■ **TASK REQUIREMENTS**
Across all the entries, how many lines hold "SPHERE"? Answer with that number and nothing else.

---- SUPPLIED DATA

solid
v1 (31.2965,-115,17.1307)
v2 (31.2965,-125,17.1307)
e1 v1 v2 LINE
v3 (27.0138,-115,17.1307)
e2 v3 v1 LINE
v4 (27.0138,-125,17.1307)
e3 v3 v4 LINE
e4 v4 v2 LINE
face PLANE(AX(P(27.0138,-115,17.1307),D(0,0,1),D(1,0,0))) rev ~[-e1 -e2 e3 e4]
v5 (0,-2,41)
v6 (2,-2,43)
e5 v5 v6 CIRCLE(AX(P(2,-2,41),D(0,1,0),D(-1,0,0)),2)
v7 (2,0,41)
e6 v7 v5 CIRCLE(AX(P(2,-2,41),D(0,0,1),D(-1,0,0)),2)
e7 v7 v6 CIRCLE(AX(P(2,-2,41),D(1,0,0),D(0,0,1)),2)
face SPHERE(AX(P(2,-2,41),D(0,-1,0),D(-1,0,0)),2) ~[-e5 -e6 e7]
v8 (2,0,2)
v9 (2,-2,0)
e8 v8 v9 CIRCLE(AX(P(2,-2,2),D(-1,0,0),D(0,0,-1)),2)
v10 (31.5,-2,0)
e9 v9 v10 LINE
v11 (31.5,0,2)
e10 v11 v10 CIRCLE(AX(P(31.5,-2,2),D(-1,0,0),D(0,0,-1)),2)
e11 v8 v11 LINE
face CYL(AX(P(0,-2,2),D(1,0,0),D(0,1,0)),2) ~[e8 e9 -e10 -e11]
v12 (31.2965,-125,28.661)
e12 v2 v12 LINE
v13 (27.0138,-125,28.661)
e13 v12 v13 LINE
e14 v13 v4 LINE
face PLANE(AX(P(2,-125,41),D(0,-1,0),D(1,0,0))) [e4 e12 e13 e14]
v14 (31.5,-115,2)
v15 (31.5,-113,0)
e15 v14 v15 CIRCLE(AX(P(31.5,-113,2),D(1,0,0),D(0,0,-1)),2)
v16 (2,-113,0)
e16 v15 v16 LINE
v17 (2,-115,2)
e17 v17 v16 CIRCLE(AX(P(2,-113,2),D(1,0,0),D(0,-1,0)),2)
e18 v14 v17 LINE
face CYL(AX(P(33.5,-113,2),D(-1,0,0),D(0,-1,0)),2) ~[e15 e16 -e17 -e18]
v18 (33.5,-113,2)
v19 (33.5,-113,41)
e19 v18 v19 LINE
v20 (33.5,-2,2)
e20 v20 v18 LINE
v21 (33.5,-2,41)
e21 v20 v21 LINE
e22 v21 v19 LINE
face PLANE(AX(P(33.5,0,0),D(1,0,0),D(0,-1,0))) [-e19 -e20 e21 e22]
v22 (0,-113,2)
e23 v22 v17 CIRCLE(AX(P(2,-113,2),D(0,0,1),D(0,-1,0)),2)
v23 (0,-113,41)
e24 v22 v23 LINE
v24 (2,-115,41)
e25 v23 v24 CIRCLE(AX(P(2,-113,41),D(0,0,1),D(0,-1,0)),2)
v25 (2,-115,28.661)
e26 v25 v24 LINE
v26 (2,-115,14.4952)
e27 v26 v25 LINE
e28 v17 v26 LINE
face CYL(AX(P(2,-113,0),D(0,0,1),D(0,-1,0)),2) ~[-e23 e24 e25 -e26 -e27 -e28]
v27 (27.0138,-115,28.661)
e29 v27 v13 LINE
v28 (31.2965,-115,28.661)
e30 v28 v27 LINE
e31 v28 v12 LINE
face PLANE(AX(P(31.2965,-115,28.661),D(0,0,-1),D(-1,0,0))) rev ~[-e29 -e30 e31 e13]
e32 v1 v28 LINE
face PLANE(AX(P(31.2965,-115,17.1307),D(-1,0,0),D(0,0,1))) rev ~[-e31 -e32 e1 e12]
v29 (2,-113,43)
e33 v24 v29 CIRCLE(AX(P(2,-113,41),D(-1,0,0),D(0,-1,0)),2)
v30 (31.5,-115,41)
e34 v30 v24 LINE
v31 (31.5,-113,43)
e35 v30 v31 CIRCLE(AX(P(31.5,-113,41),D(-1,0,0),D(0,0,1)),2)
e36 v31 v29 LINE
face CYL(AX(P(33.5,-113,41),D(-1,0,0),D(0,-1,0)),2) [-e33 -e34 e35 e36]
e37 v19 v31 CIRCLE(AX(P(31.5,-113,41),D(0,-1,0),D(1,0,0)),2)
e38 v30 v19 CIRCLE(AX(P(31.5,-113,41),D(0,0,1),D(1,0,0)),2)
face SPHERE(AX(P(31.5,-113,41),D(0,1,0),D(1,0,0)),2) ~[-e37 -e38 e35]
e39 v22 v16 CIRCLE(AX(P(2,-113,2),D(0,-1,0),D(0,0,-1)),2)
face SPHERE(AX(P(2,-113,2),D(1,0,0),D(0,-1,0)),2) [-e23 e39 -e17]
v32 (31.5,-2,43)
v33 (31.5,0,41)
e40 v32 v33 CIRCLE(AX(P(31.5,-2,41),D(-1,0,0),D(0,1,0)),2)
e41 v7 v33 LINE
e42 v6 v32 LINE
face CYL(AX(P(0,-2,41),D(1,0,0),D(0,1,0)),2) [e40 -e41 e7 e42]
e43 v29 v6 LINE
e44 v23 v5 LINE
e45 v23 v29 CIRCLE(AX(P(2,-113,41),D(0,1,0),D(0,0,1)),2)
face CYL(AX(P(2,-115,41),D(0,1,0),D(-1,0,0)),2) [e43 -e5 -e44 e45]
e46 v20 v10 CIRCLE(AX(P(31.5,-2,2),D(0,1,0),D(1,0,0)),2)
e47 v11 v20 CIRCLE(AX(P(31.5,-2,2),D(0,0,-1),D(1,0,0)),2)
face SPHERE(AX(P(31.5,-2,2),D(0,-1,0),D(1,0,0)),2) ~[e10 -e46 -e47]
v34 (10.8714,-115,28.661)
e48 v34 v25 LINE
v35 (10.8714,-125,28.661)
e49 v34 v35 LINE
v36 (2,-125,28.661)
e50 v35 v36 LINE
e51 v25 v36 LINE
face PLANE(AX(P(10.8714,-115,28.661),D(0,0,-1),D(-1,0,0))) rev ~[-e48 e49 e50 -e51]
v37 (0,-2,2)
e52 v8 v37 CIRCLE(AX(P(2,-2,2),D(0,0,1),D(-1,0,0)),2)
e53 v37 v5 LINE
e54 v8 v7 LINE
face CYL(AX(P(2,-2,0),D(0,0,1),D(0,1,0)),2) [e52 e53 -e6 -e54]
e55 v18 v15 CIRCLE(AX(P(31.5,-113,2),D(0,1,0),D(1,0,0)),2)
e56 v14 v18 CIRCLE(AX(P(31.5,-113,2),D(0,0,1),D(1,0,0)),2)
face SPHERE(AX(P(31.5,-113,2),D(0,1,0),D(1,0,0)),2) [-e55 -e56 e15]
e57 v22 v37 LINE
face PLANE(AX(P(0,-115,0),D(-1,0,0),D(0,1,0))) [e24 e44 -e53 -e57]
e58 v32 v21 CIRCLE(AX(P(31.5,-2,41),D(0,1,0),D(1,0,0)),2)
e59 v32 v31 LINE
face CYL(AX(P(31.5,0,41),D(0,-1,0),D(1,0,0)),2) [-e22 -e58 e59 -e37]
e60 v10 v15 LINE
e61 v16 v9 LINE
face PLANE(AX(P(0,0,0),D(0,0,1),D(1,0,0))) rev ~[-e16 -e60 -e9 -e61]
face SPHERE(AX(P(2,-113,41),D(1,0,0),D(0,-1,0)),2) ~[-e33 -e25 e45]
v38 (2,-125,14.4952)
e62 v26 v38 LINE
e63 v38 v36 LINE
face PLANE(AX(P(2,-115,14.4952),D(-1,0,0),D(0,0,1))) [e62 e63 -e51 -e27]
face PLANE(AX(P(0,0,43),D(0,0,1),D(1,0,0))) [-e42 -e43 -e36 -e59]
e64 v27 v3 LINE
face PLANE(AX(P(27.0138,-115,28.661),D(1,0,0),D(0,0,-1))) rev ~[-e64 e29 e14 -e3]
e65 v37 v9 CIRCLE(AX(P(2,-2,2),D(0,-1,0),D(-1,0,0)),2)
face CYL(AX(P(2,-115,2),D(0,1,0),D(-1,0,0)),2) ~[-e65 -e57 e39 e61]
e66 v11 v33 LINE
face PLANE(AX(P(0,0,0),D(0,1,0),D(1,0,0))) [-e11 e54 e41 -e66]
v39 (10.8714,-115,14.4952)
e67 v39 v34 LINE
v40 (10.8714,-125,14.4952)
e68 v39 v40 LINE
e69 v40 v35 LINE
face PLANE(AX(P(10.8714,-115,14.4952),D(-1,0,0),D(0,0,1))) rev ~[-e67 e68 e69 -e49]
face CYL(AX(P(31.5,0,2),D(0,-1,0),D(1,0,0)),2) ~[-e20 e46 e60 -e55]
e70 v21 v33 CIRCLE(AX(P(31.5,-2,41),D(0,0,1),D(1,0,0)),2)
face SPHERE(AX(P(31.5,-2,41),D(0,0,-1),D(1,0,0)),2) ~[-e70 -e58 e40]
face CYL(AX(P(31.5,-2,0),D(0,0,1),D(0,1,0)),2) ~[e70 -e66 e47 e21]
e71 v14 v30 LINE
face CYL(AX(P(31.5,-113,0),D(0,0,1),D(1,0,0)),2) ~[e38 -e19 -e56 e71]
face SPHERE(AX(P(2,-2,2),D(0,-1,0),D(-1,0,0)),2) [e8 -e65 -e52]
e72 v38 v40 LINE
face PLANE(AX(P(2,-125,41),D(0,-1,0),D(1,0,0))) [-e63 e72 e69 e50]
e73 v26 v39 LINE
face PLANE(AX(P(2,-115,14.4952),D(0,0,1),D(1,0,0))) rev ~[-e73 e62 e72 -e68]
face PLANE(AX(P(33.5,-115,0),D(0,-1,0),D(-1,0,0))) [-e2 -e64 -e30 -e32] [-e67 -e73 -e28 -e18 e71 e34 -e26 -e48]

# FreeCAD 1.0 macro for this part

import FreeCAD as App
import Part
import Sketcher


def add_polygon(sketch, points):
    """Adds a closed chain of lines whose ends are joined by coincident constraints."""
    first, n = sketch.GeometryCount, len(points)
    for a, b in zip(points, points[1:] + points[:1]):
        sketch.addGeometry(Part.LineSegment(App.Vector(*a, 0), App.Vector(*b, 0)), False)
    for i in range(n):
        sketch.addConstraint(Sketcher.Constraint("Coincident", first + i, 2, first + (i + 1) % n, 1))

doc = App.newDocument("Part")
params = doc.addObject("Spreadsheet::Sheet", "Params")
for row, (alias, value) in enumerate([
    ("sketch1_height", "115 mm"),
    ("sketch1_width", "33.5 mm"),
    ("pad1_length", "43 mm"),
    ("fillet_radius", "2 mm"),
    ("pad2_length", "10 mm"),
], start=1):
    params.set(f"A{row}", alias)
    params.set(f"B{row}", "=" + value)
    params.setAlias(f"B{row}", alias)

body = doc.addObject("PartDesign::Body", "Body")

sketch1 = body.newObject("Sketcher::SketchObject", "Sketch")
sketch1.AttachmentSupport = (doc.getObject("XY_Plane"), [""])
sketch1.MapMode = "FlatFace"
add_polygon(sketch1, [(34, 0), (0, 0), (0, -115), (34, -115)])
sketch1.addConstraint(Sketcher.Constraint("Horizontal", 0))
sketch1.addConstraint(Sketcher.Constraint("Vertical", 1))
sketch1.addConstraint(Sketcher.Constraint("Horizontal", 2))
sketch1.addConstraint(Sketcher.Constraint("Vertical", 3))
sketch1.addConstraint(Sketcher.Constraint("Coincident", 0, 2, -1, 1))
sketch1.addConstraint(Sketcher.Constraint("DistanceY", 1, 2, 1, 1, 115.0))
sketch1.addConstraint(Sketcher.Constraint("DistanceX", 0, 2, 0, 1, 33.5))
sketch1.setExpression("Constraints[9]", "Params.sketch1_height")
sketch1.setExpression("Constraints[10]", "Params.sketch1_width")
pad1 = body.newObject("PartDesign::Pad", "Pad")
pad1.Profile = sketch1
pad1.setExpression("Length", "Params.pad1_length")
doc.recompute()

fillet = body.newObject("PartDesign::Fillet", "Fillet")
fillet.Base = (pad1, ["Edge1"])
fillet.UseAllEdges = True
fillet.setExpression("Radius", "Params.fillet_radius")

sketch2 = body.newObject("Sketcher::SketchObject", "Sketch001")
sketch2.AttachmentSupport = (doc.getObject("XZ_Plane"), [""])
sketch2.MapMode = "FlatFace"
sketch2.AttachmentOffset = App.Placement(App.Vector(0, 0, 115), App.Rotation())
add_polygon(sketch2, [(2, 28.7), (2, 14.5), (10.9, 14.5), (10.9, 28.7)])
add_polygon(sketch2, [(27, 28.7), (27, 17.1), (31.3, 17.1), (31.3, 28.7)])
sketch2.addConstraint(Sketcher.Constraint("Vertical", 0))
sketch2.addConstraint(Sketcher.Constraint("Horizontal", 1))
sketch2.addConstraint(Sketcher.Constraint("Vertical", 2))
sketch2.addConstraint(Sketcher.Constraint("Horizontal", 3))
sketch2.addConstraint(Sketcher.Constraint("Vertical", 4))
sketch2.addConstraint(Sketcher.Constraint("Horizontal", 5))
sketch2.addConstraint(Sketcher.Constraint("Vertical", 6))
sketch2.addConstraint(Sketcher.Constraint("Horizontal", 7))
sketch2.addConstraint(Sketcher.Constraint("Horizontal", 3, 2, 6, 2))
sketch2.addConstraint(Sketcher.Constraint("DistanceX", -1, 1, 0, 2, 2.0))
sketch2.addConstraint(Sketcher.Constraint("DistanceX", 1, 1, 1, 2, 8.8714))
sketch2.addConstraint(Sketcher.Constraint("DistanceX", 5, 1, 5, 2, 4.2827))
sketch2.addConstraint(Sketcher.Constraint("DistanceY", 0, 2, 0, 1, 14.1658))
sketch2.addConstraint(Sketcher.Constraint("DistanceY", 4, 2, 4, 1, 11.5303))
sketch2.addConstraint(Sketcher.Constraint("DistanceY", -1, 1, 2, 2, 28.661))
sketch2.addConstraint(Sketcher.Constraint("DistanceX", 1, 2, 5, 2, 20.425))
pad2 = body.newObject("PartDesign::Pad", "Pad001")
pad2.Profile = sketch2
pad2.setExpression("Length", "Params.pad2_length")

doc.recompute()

--------

■ **ANSWER SPACE**
8